* **TASK TO COMPLETE**
Write out, from the entries below, exactly the lines that run between the lines holding "F3_DEPTH = 10" and "-7.3323256277), (10, 0))", inclusive, and stop there.

* **INFORMATION SUPPLIED**
-=-=-=-=-
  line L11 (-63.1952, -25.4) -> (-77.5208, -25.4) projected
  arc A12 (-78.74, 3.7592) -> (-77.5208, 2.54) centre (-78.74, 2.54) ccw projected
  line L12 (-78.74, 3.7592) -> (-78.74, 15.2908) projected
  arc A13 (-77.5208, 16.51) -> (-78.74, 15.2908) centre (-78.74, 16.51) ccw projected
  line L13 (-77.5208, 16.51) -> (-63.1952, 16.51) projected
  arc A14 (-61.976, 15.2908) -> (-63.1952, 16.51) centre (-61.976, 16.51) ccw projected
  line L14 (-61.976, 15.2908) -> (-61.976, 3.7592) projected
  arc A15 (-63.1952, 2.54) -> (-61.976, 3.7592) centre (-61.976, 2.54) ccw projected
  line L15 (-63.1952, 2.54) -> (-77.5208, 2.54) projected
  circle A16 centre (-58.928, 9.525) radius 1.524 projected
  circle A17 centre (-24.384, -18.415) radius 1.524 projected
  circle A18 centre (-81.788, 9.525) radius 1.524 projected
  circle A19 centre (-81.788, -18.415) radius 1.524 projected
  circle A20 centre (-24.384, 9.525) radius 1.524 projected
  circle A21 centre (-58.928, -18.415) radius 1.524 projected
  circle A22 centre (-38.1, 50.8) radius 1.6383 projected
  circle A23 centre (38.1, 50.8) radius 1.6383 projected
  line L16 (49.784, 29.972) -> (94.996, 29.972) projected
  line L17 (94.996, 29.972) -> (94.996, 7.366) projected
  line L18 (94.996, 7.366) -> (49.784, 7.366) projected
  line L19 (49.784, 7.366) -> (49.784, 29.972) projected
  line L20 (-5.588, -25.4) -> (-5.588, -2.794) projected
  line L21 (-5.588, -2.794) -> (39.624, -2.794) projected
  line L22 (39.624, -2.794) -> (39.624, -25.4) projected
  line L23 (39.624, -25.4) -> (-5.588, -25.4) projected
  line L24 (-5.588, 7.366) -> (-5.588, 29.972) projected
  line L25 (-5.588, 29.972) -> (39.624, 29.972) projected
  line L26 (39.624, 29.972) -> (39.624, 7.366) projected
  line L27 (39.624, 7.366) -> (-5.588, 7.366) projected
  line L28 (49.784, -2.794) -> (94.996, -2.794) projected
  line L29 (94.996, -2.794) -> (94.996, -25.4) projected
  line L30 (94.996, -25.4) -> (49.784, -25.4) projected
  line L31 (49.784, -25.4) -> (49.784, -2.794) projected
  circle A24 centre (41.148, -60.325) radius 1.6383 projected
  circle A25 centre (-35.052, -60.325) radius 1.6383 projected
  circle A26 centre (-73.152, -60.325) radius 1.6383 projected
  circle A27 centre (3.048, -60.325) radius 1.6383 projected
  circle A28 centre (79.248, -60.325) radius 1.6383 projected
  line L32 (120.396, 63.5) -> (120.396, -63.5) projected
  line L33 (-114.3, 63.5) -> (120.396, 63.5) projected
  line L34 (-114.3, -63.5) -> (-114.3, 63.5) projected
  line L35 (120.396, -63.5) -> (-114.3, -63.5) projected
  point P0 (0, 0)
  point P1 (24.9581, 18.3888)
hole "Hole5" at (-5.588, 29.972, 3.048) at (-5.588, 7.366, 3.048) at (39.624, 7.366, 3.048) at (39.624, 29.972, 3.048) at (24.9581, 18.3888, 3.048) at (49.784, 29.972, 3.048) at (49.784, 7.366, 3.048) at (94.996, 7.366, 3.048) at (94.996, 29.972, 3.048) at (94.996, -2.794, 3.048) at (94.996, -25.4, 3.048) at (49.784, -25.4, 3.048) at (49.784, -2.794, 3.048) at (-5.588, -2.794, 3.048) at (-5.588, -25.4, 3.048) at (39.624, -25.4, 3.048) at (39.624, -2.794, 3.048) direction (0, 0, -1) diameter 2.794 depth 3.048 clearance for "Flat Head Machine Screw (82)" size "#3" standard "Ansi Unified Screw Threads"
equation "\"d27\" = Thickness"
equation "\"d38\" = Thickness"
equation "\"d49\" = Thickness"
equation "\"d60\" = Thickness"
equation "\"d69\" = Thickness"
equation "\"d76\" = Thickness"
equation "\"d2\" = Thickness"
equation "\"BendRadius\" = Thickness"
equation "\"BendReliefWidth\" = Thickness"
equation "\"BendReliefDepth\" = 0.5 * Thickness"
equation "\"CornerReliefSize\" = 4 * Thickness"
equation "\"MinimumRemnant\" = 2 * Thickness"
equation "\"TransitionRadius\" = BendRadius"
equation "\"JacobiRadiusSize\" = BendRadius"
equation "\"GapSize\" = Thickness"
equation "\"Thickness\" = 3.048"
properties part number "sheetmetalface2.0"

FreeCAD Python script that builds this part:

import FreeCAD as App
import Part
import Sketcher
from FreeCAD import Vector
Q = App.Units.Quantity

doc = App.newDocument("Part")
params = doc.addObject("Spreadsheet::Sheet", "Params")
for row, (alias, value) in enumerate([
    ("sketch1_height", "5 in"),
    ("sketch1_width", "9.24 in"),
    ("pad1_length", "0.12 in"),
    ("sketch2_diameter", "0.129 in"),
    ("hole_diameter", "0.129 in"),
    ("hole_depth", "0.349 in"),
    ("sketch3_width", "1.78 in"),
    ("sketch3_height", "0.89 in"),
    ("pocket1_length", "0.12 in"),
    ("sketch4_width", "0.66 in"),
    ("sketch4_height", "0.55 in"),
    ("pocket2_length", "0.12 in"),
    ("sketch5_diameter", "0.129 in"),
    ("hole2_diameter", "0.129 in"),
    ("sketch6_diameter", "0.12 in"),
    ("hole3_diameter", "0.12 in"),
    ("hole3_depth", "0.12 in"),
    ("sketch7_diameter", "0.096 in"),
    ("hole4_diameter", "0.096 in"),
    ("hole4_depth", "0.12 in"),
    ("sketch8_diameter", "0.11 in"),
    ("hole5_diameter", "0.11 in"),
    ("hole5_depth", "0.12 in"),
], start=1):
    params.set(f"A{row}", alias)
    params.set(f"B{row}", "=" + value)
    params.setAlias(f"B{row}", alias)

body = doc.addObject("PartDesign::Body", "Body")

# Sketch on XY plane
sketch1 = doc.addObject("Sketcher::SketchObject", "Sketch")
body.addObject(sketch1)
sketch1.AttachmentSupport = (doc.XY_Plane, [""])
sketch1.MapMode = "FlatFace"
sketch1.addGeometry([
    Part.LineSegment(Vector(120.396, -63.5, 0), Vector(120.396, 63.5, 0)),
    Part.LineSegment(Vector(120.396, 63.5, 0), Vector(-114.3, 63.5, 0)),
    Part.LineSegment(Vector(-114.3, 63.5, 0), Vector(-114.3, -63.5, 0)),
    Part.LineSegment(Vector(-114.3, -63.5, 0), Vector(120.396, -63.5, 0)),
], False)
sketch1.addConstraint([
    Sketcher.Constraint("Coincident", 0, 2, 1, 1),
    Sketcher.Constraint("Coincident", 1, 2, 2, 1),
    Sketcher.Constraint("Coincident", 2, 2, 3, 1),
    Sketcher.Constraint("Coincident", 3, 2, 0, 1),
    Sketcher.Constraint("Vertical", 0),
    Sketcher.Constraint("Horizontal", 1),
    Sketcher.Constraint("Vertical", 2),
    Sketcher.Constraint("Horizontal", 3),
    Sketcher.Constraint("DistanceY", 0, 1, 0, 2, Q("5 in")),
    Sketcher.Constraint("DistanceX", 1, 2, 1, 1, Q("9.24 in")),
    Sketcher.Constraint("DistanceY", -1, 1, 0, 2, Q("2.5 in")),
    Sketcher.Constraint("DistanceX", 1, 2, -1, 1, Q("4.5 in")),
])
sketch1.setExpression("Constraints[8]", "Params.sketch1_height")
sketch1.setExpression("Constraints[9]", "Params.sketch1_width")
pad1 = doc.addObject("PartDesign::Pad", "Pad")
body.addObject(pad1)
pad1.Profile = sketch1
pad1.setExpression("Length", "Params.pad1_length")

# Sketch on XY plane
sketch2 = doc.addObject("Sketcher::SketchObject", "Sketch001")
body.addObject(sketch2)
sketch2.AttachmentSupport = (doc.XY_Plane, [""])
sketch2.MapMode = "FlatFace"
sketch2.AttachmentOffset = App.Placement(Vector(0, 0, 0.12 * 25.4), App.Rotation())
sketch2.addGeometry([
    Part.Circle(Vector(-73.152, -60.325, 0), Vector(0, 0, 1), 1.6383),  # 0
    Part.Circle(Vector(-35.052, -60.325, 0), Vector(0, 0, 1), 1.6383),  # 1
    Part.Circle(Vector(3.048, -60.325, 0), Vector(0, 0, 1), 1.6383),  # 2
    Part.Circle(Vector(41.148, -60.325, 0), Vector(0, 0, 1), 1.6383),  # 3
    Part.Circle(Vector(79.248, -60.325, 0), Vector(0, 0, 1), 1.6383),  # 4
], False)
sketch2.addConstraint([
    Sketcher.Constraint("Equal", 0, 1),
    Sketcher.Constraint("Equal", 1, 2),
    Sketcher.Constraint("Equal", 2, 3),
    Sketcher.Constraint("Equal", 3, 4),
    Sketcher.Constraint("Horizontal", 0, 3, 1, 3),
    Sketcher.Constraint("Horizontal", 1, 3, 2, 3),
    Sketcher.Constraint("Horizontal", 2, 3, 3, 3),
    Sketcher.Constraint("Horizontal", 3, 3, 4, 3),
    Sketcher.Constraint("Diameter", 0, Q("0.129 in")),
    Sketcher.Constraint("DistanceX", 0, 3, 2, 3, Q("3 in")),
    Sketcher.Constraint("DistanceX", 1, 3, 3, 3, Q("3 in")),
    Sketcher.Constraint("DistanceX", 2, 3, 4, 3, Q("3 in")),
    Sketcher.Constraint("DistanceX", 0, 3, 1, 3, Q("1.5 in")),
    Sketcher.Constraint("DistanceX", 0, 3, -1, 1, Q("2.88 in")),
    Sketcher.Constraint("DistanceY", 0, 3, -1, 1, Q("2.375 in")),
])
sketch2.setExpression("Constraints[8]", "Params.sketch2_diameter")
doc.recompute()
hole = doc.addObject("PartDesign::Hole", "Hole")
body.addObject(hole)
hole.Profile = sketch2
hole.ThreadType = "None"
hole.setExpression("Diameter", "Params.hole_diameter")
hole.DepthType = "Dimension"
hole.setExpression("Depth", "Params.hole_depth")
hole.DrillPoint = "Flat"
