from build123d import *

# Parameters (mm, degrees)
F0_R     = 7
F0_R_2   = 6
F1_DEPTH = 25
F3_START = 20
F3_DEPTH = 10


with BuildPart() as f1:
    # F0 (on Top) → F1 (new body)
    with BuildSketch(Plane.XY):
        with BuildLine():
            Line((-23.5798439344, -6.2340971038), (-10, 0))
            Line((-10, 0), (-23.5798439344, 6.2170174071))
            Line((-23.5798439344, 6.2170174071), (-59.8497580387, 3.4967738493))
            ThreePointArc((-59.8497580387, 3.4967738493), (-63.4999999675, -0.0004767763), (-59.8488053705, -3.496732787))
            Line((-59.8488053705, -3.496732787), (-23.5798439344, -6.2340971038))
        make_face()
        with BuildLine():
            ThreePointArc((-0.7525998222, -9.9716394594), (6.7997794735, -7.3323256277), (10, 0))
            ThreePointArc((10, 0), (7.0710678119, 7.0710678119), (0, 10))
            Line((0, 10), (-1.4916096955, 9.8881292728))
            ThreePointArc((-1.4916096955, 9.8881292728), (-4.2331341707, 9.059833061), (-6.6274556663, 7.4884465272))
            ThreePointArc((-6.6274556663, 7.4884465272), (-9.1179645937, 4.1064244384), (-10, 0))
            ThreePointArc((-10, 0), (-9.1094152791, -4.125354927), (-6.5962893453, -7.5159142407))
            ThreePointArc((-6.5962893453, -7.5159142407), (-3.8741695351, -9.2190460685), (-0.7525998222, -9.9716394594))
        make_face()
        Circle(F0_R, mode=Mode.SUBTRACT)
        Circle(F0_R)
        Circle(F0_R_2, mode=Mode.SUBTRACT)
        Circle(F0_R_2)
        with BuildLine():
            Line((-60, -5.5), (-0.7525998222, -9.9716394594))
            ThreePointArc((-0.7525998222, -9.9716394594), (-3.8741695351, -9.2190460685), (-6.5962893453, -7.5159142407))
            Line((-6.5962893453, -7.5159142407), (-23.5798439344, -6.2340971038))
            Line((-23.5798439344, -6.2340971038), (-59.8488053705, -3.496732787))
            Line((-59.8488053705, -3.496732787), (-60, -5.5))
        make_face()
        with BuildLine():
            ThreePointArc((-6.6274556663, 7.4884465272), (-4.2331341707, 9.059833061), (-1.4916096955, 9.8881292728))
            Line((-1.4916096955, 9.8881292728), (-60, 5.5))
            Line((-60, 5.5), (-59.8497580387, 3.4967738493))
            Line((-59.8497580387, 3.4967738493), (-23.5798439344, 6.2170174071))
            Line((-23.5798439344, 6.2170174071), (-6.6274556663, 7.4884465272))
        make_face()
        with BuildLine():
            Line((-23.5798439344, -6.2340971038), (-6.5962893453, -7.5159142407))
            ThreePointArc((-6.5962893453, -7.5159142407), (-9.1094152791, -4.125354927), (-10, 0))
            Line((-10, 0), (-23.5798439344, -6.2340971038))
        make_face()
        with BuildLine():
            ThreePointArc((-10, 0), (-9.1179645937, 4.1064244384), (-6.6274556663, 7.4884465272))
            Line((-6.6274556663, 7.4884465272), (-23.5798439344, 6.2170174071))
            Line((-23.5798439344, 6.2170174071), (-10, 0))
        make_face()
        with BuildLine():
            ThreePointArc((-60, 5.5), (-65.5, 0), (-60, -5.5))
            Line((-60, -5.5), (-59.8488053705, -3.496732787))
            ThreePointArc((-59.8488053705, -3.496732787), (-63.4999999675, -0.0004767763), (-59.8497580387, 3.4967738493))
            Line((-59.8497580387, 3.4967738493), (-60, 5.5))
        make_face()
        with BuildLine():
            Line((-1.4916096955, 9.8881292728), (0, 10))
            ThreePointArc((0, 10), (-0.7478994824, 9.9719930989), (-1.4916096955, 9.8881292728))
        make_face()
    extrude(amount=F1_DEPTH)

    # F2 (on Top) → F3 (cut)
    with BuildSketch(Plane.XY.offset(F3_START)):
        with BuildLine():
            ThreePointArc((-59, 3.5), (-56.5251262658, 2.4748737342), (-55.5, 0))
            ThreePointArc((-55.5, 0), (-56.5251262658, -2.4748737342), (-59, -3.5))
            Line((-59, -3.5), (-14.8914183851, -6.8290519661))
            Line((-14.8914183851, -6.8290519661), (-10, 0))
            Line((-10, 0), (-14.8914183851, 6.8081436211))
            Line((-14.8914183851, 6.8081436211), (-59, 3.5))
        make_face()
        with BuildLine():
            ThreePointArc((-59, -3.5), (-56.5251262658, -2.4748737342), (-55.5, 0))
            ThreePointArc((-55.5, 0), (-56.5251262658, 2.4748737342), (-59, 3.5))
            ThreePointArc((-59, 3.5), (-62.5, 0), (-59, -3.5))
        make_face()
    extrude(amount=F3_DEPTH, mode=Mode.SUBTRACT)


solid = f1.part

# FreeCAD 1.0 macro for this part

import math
import FreeCAD as App
import Part
import Sketcher
from FreeCAD import Vector
Q = App.Units.Quantity

doc = App.newDocument("Part")
params = doc.addObject("Spreadsheet::Sheet", "Params")
for row, (alias, value) in enumerate([
    ("sketch1_radius", "10 mm"),
    ("sketch1_radius2", "5.5 mm"),
    ("pad1_length", "25 mm"),
    ("sketch2_radius", "3.5 mm"),
    ("pocket1_length", "10 mm"),
], start=1):
    params.set(f"A{row}", alias)
    params.set(f"B{row}", "=" + value)
    params.setAlias(f"B{row}", alias)

body = doc.addObject("PartDesign::Body", "Body")

# Sketch on XY plane
sketch1 = body.newObject("Sketcher::SketchObject", "Sketch")
sketch1.AttachmentSupport = (doc.getObject("XY_Plane"), [""])
sketch1.MapMode = "FlatFace"
sketch1.addGeometry([
    Part.LineSegment(Vector(-1.5, 9.9, 0), Vector(-60, 5.5, 0)),  # 0
    Part.ArcOfCircle(Part.Circle(Vector(-60, 0, 0), Vector(0, 0, 1), 5.5), math.radians(90), math.radians(270)),  # 1
    Part.LineSegment(Vector(-60, -5.5, 0), Vector(-0.8, -10, 0)),  # 2
    Part.ArcOfCircle(Part.Circle(Vector(0, 0, 0), Vector(0, 0, 1), 10), math.radians(-94), math.radians(0)),  # 3
    Part.ArcOfCircle(Part.Circle(Vector(0, 0, 0), Vector(0, 0, 1), 10), math.radians(0), math.radians(90)),  # 4
    Part.ArcOfCircle(Part.Circle(Vector(0, 0, 0), Vector(0, 0, 1), 10), math.radians(90), math.radians(98.58)),  # 5
], False)
sketch1.addConstraint([
    Sketcher.Constraint("Coincident", 0, 2, 1, 1),
    Sketcher.Constraint("Coincident", 1, 2, 2, 1),
    Sketcher.Constraint("Tangent", 2, 2, 3, 1),
    Sketcher.Constraint("Tangent", 3, 2, 4, 1),
    Sketcher.Constraint("Tangent", 4, 2, 5, 1),
    Sketcher.Constraint("Coincident", 5, 2, 0, 1),
    Sketcher.Constraint("Coincident", 3, 3, -1, 1),
    Sketcher.Constraint("Coincident", 5, 3, -1, 1),
    Sketcher.Constraint("Symmetric", 0, 2, 1, 2, -1),
    Sketcher.Constraint("PointOnObject", 3, 2, -1),
    Sketcher.Constraint("PointOnObject", 4, 2, -2),
    Sketcher.Constraint("Vertical", 1, 3, 0, 2),
    Sketcher.Constraint("Radius", 3, Q("10 mm")),
    Sketcher.Constraint("Radius", 1, Q("5.5 mm")),
    Sketcher.Constraint("DistanceX", 1, 3, -1, 1, Q("60 mm")),
    Sketcher.Constraint("DistanceX", 5, 2, -1, 1, Q("1.49161 mm")),
])
sketch1.setExpression("Constraints[12]", "Params.sketch1_radius")
sketch1.setExpression("Constraints[13]", "Params.sketch1_radius2")
pad1 = body.newObject("PartDesign::Pad", "Pad")
pad1.Profile = sketch1
pad1.setExpression("Length", "Params.pad1_length")

# Sketch on XY plane
sketch2 = body.newObject("Sketcher::SketchObject", "Sketch001")
sketch2.AttachmentSupport = (doc.getObject("XY_Plane"), [""])
sketch2.MapMode = "FlatFace"
sketch2.AttachmentOffset = App.Placement(Vector(0, 0, 20), App.Rotation())
sketch2.addGeometry([
    Part.LineSegment(Vector(-59, -3.5, 0), Vector(-14.9, -6.8, 0)),  # 0
    Part.LineSegment(Vector(-14.9, -6.8, 0), Vector(-10, 0, 0)),  # 1
    Part.LineSegment(Vector(-10, 0, 0), Vector(-14.9, 6.8, 0)),  # 2
    Part.LineSegment(Vector(-14.9, 6.8, 0), Vector(-59, 3.5, 0)),  # 3
    Part.ArcOfCircle(Part.Circle(Vector(-59, 0, 0), Vector(0, 0, 1), 3.5), math.radians(90), math.radians(270)),  # 4
], False)
sketch2.addConstraint([
    Sketcher.Constraint("Coincident", 0, 2, 1, 1),
    Sketcher.Constraint("Coincident", 1, 2, 2, 1),
    Sketcher.Constraint("Coincident", 2, 2, 3, 1),
    Sketcher.Constraint("Coincident", 3, 2, 4, 1),
    Sketcher.Constraint("Coincident", 4, 2, 0, 1),
    Sketcher.Constraint("Symmetric", 3, 2, 4, 2, -1),
    Sketcher.Constraint("PointOnObject", 1, 2, -1),
    Sketcher.Constraint("Vertical", 0, 2, 2, 2),
    Sketcher.Constraint("Vertical", 4, 3, 3, 2),
    Sketcher.Constraint("Radius", 4, Q("3.5 mm")),
    Sketcher.Constraint("DistanceX", 4, 3, -1, 1, Q("59 mm")),
    Sketcher.Constraint("DistanceX", 1, 2, -1, 1, Q("10 mm")),
    Sketcher.Constraint("Distance", 0, Q("44.234032 mm")),
    Sketcher.Constraint("DistanceX", 0, 2, -1, 1, Q("14.891418 mm")),
    Sketcher.Constraint("Distance", 2, Q("8.383126 mm")),
])
sketch2.setExpression("Constraints[9]", "Params.sketch2_radius")
pocket1 = body.newObject("PartDesign::Pocket", "Pocket")
pocket1.Profile = sketch2
pocket1.setExpression("Length", "Params.pocket1_length")
pocket1.Reversed = True

doc.recompute()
-=-=-=-=-
* **ANSWER TO THIS TASK**
F3_DEPTH = 10


with BuildPart() as f1:
    # F0 (on Top) → F1 (new body)
    with BuildSketch(Plane.XY):
        with BuildLine():
            Line((-23.5798439344, -6.2340971038), (-10, 0))
            Line((-10, 0), (-23.5798439344, 6.2170174071))
            Line((-23.5798439344, 6.2170174071), (-59.8497580387, 3.4967738493))
            ThreePointArc((-59.8497580387, 3.4967738493), (-63.4999999675, -0.0004767763), (-59.8488053705, -3.496732787))
            Line((-59.8488053705, -3.496732787), (-23.5798439344, -6.2340971038))
        make_face()
        with BuildLine():
            ThreePointArc((-0.7525998222, -9.9716394594), (6.7997794735, -7.3323256277), (10, 0))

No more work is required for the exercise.